• _EXERCISE PROMPT_: Whatever the records contain, reproduce all of them exactly.

*** Opening RECORDS TO PROCESS ***

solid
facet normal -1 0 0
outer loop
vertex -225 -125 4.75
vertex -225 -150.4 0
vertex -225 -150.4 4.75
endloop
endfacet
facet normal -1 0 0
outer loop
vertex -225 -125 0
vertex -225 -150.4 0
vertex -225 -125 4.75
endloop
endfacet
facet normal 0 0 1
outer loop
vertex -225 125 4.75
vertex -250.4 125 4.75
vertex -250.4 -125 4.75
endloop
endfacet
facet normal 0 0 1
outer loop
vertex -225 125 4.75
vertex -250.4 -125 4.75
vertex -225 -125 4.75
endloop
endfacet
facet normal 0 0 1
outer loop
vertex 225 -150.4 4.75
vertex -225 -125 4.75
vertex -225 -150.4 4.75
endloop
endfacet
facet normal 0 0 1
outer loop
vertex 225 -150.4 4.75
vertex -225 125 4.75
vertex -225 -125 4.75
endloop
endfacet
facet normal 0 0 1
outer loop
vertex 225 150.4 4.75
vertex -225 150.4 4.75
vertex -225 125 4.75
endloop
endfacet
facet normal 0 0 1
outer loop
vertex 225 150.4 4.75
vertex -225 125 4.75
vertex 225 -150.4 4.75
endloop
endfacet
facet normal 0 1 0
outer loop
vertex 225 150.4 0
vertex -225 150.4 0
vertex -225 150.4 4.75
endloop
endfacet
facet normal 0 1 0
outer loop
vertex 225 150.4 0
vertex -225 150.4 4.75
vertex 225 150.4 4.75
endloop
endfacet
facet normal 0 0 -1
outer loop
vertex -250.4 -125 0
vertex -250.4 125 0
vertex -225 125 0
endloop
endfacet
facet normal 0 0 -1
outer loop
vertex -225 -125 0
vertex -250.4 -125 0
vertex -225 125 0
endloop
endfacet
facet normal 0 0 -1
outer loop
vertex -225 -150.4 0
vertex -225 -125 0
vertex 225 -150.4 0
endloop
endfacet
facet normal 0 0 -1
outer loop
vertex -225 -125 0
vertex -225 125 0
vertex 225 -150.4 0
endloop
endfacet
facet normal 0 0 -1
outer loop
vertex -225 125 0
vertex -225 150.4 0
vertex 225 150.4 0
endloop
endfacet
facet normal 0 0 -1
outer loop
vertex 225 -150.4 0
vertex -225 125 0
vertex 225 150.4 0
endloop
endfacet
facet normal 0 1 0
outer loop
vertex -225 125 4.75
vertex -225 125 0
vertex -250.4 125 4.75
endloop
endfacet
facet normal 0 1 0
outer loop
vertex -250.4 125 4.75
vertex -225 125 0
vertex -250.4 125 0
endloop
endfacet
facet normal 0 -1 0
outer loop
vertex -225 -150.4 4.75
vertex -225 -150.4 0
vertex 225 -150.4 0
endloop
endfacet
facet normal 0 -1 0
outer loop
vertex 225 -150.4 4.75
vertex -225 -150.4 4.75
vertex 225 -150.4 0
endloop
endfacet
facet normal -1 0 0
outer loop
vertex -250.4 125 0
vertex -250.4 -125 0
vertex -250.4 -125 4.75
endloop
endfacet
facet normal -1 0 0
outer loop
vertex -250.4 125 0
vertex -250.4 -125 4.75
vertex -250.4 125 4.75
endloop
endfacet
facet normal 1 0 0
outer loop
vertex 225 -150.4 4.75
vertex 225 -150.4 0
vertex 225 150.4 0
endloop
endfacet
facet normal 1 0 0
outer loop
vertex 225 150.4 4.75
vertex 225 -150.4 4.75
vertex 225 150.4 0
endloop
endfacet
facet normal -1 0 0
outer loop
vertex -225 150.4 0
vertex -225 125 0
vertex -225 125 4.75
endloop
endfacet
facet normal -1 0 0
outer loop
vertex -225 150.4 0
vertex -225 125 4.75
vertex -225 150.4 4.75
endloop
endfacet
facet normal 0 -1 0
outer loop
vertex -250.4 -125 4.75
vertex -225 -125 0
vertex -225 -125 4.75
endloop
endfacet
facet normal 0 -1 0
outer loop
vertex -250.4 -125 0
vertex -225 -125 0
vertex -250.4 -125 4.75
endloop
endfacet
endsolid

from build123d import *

# Parameters (mm, degrees)
SKETCH_1_W          = 500.8
SKETCH_1_H          = 300.8
EXTRUDE_1_DEPTH     = 4.75
SKETCH_2_W          = 25.4
SKETCH_2_H          = 25.4
CUT_EXTRUDE_1_DEPTH = 10


with BuildPart() as part:
    # 草圖1 → 填料-伸長1 (new body)
    with BuildSketch(Plane.XY):
        Rectangle(SKETCH_1_W, SKETCH_1_H)
    extrude(amount=EXTRUDE_1_DEPTH)

    # 草圖2 → 除料-伸長1 (cut)
    with BuildSketch(Plane(origin=(0, 0, 0), x_dir=(-1, 0, 0), z_dir=(0, 0, -1))):
        Polygon((-250.4, 150.4), (-225, 150.4), (-225, 125), (-225, -125), (-225, -150.4), (-250.4, -150.4), (-250.4, -125), (-250.4, 125), align=None)
        with Locations((237.7, 137.7)):
            Rectangle(SKETCH_2_W, SKETCH_2_H)
        with Locations((237.7, -137.7)):
            Rectangle(SKETCH_2_W, SKETCH_2_H)
    extrude(amount=-CUT_EXTRUDE_1_DEPTH, mode=Mode.SUBTRACT)


solid = part.part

*** Closing RECORDS TO PROCESS ***

• _ANSWER TO THIS EXERCISE_:
solid
facet normal -1 0 0
outer loop
vertex -225 -125 4.75
vertex -225 -150.4 0
vertex -225 -150.4 4.75
endloop
endfacet
facet normal -1 0 0
outer loop
vertex -225 -125 0
vertex -225 -150.4 0
vertex -225 -125 4.75
endloop
endfacet
facet normal 0 0 1
outer loop
vertex -225 125 4.75
vertex -250.4 125 4.75
vertex -250.4 -125 4.75
endloop
endfacet
facet normal 0 0 1
outer loop
vertex -225 125 4.75
vertex -250.4 -125 4.75
vertex -225 -125 4.75
endloop
endfacet
facet normal 0 0 1
outer loop
vertex 225 -150.4 4.75
vertex -225 -125 4.75
vertex -225 -150.4 4.75
endloop
endfacet
facet normal 0 0 1
outer loop
vertex 225 -150.4 4.75
vertex -225 125 4.75
vertex -225 -125 4.75
endloop
endfacet
facet normal 0 0 1
outer loop
vertex 225 150.4 4.75
vertex -225 150.4 4.75
vertex -225 125 4.75
endloop
endfacet
facet normal 0 0 1
outer loop
vertex 225 150.4 4.75
vertex -225 125 4.75
vertex 225 -150.4 4.75
endloop
endfacet
facet normal 0 1 0
outer loop
vertex 225 150.4 0
vertex -225 150.4 0
vertex -225 150.4 4.75
endloop
endfacet
facet normal 0 1 0
outer loop
vertex 225 150.4 0
vertex -225 150.4 4.75
vertex 225 150.4 4.75
endloop
endfacet
facet normal 0 0 -1
outer loop
vertex -250.4 -125 0
vertex -250.4 125 0
vertex -225 125 0
endloop
endfacet
facet normal 0 0 -1
outer loop
vertex -225 -125 0
vertex -250.4 -125 0
vertex -225 125 0
endloop
endfacet
facet normal 0 0 -1
outer loop
vertex -225 -150.4 0
vertex -225 -125 0
vertex 225 -150.4 0
endloop
endfacet
facet normal 0 0 -1
outer loop
vertex -225 -125 0
vertex -225 125 0
vertex 225 -150.4 0
endloop
endfacet
facet normal 0 0 -1
outer loop
vertex -225 125 0
vertex -225 150.4 0
vertex 225 150.4 0
endloop
endfacet
facet normal 0 0 -1
outer loop
vertex 225 -150.4 0
vertex -225 125 0
vertex 225 150.4 0
endloop
endfacet
facet normal 0 1 0
outer loop
vertex -225 125 4.75
vertex -225 125 0
vertex -250.4 125 4.75
endloop
endfacet
facet normal 0 1 0
outer loop
vertex -250.4 125 4.75
vertex -225 125 0
vertex -250.4 125 0
endloop
endfacet
facet normal 0 -1 0
outer loop
vertex -225 -150.4 4.75
vertex -225 -150.4 0
vertex 225 -150.4 0
endloop
endfacet
facet normal 0 -1 0
outer loop
vertex 225 -150.4 4.75
vertex -225 -150.4 4.75
vertex 225 -150.4 0
endloop
endfacet
facet normal -1 0 0
outer loop
vertex -250.4 125 0
vertex -250.4 -125 0
vertex -250.4 -125 4.75
endloop
endfacet
facet normal -1 0 0
outer loop
vertex -250.4 125 0
vertex -250.4 -125 4.75
vertex -250.4 125 4.75
endloop
endfacet
facet normal 1 0 0
outer loop
vertex 225 -150.4 4.75
vertex 225 -150.4 0
vertex 225 150.4 0
endloop
endfacet
facet normal 1 0 0
outer loop
vertex 225 150.4 4.75
vertex 225 -150.4 4.75
vertex 225 150.4 0
endloop
endfacet
facet normal -1 0 0
outer loop
vertex -225 150.4 0
vertex -225 125 0
vertex -225 125 4.75
endloop
endfacet
facet normal -1 0 0
outer loop
vertex -225 150.4 0
vertex -225 125 4.75
vertex -225 150.4 4.75
endloop
endfacet
facet normal 0 -1 0
outer loop
vertex -250.4 -125 4.75
vertex -225 -125 0
vertex -225 -125 4.75
endloop
endfacet
facet normal 0 -1 0
outer loop
vertex -250.4 -125 0
vertex -225 -125 0
vertex -250.4 -125 4.75
endloop
endfacet
endsolid

from build123d import *

# Parameters (mm, degrees)
SKETCH_1_W          = 500.8
SKETCH_1_H          = 300.8
EXTRUDE_1_DEPTH     = 4.75
SKETCH_2_W          = 25.4
SKETCH_2_H          = 25.4
CUT_EXTRUDE_1_DEPTH = 10


with BuildPart() as part:
    # 草圖1 → 填料-伸長1 (new body)
    with BuildSketch(Plane.XY):
        Rectangle(SKETCH_1_W, SKETCH_1_H)
    extrude(amount=EXTRUDE_1_DEPTH)

    # 草圖2 → 除料-伸長1 (cut)
    with BuildSketch(Plane(origin=(0, 0, 0), x_dir=(-1, 0, 0), z_dir=(0, 0, -1))):
        Polygon((-250.4, 150.4), (-225, 150.4), (-225, 125), (-225, -125), (-225, -150.4), (-250.4, -150.4), (-250.4, -125), (-250.4, 125), align=None)
        with Locations((237.7, 137.7)):
            Rectangle(SKETCH_2_W, SKETCH_2_H)
        with Locations((237.7, -137.7)):
            Rectangle(SKETCH_2_W, SKETCH_2_H)
    extrude(amount=-CUT_EXTRUDE_1_DEPTH, mode=Mode.SUBTRACT)


solid = part.part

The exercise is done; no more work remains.